Using the records below, repeat exactly the lines from the one holding "f 504 450 506" through the one holding "f 68 130 131", both ends included, and no others.

(Material supplied)

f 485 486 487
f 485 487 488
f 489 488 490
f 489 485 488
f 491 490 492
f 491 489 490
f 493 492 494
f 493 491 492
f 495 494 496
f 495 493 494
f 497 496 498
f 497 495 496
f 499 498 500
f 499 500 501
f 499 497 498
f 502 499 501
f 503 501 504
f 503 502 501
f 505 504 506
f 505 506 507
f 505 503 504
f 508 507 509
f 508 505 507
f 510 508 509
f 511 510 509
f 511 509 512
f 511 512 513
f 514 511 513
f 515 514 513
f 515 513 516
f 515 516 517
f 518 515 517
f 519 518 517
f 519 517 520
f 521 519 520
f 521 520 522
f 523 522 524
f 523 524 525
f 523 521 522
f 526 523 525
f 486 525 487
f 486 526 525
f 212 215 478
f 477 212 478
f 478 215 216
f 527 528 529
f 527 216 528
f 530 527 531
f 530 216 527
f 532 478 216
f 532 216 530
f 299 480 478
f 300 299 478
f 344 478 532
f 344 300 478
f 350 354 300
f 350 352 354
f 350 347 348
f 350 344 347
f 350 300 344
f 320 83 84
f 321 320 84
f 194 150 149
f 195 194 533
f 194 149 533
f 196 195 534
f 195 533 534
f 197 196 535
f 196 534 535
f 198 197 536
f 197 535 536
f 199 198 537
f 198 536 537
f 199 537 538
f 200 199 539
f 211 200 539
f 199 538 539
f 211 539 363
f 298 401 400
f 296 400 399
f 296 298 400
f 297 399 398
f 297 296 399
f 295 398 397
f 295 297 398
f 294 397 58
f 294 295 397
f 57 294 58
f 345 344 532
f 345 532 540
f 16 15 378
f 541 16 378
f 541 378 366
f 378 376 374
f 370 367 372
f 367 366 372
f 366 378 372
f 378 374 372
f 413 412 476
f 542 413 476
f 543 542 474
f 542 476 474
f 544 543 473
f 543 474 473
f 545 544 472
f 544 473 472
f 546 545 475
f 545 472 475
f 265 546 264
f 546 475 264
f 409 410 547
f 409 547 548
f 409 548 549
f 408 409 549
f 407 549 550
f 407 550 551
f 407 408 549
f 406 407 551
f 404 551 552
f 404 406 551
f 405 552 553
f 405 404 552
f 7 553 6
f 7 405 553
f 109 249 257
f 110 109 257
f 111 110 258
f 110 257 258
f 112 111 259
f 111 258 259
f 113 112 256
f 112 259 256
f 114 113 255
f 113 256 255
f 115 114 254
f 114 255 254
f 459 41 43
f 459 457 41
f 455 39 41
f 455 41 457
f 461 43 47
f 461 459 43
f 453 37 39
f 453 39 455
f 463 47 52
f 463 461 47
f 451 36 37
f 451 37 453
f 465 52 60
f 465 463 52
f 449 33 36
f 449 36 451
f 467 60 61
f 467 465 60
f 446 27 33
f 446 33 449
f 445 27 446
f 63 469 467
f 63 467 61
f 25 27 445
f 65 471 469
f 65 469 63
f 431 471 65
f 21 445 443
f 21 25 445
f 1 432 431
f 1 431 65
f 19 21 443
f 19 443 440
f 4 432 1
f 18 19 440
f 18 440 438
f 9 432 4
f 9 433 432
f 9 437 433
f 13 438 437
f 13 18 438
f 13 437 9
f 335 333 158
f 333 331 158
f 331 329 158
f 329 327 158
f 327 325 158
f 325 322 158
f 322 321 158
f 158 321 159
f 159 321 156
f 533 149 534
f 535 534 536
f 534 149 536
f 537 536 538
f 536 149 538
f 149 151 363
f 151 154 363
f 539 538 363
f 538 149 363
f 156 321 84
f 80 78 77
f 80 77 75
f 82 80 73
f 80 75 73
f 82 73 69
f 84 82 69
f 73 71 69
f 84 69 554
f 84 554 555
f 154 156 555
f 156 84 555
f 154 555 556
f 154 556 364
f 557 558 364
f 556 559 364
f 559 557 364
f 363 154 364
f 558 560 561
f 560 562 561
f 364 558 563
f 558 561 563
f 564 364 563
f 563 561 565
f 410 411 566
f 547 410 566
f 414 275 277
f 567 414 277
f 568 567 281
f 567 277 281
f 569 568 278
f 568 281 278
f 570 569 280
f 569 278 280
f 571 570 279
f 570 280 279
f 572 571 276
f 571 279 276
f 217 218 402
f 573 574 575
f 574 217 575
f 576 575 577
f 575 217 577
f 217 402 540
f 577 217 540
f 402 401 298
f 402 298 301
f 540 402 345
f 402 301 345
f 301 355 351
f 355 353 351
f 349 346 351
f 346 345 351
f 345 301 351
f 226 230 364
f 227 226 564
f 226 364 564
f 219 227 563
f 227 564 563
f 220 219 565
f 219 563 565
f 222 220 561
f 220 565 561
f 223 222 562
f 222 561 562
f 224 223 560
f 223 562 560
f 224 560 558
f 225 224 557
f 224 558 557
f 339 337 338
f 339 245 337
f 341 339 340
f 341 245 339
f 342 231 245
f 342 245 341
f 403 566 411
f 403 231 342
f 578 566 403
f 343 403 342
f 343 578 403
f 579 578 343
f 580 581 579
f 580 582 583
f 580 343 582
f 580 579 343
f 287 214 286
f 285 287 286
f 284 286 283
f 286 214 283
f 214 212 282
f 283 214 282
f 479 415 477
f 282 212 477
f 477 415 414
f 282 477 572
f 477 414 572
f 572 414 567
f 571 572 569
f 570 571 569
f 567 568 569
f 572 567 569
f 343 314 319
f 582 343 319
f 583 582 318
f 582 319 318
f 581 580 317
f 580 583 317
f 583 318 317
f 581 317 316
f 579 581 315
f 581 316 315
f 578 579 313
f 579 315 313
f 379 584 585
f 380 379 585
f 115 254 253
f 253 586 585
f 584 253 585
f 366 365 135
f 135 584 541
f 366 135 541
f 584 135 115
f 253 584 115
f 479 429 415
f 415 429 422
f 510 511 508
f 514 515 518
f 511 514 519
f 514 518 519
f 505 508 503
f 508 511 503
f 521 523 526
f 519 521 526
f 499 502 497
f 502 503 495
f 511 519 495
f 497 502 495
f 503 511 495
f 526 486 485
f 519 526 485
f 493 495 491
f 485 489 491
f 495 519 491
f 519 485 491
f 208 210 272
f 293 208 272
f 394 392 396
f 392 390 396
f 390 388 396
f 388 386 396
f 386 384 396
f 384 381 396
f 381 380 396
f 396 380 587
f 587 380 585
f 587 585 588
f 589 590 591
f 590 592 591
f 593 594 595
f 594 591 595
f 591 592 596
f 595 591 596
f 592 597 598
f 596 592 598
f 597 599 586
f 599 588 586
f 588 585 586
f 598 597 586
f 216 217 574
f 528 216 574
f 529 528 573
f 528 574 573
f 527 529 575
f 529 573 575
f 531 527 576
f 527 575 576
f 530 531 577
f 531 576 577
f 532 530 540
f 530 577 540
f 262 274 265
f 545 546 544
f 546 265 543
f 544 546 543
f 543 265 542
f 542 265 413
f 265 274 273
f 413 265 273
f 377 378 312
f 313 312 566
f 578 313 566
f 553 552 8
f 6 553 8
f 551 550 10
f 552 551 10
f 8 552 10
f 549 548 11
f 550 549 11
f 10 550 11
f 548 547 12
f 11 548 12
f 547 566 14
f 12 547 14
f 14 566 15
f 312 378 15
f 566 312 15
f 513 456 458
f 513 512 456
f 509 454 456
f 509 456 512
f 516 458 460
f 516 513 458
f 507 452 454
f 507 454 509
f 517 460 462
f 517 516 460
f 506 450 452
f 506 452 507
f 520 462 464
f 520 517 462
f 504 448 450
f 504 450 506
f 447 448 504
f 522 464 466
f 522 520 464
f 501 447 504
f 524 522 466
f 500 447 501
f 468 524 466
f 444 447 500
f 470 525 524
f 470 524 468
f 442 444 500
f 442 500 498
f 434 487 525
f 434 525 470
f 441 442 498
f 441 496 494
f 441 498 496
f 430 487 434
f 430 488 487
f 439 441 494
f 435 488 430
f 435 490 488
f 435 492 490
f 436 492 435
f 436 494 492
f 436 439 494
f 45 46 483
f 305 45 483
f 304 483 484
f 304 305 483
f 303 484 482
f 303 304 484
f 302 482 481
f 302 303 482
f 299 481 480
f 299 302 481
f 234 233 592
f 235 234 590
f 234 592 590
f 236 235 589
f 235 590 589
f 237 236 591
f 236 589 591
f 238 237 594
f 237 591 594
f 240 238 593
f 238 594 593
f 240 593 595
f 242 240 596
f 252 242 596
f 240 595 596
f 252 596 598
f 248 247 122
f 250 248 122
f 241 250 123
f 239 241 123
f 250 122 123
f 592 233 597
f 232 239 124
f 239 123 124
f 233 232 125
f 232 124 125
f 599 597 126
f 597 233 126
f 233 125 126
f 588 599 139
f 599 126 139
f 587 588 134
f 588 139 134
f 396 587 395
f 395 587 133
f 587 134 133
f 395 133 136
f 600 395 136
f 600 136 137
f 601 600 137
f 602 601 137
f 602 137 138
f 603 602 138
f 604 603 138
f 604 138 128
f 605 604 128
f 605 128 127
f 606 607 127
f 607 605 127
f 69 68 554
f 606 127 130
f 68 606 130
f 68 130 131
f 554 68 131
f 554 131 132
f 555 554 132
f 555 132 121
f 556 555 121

(End Material supplied)

## Result
f 504 450 506
f 447 448 504
f 522 464 466
f 522 520 464
f 501 447 504
f 524 522 466
f 500 447 501
f 468 524 466
f 444 447 500
f 470 525 524
f 470 524 468
f 442 444 500
f 442 500 498
f 434 487 525
f 434 525 470
f 441 442 498
f 441 496 494
f 441 498 496
f 430 487 434
f 430 488 487
f 439 441 494
f 435 488 430
f 435 490 488
f 435 492 490
f 436 492 435
f 436 494 492
f 436 439 494
f 45 46 483
f 305 45 483
f 304 483 484
f 304 305 483
f 303 484 482
f 303 304 484
f 302 482 481
f 302 303 482
f 299 481 480
f 299 302 481
f 234 233 592
f 235 234 590
f 234 592 590
f 236 235 589
f 235 590 589
f 237 236 591
f 236 589 591
f 238 237 594
f 237 591 594
f 240 238 593
f 238 594 593
f 240 593 595
f 242 240 596
f 252 242 596
f 240 595 596
f 252 596 598
f 248 247 122
f 250 248 122
f 241 250 123
f 239 241 123
f 250 122 123
f 592 233 597
f 232 239 124
f 239 123 124
f 233 232 125
f 232 124 125
f 599 597 126
f 597 233 126
f 233 125 126
f 588 599 139
f 599 126 139
f 587 588 134
f 588 139 134
f 396 587 395
f 395 587 133
f 587 134 133
f 395 133 136
f 600 395 136
f 600 136 137
f 601 600 137
f 602 601 137
f 602 137 138
f 603 602 138
f 604 603 138
f 604 138 128
f 605 604 128
f 605 128 127
f 606 607 127
f 607 605 127
f 69 68 554
f 606 127 130
f 68 606 130
f 68 130 131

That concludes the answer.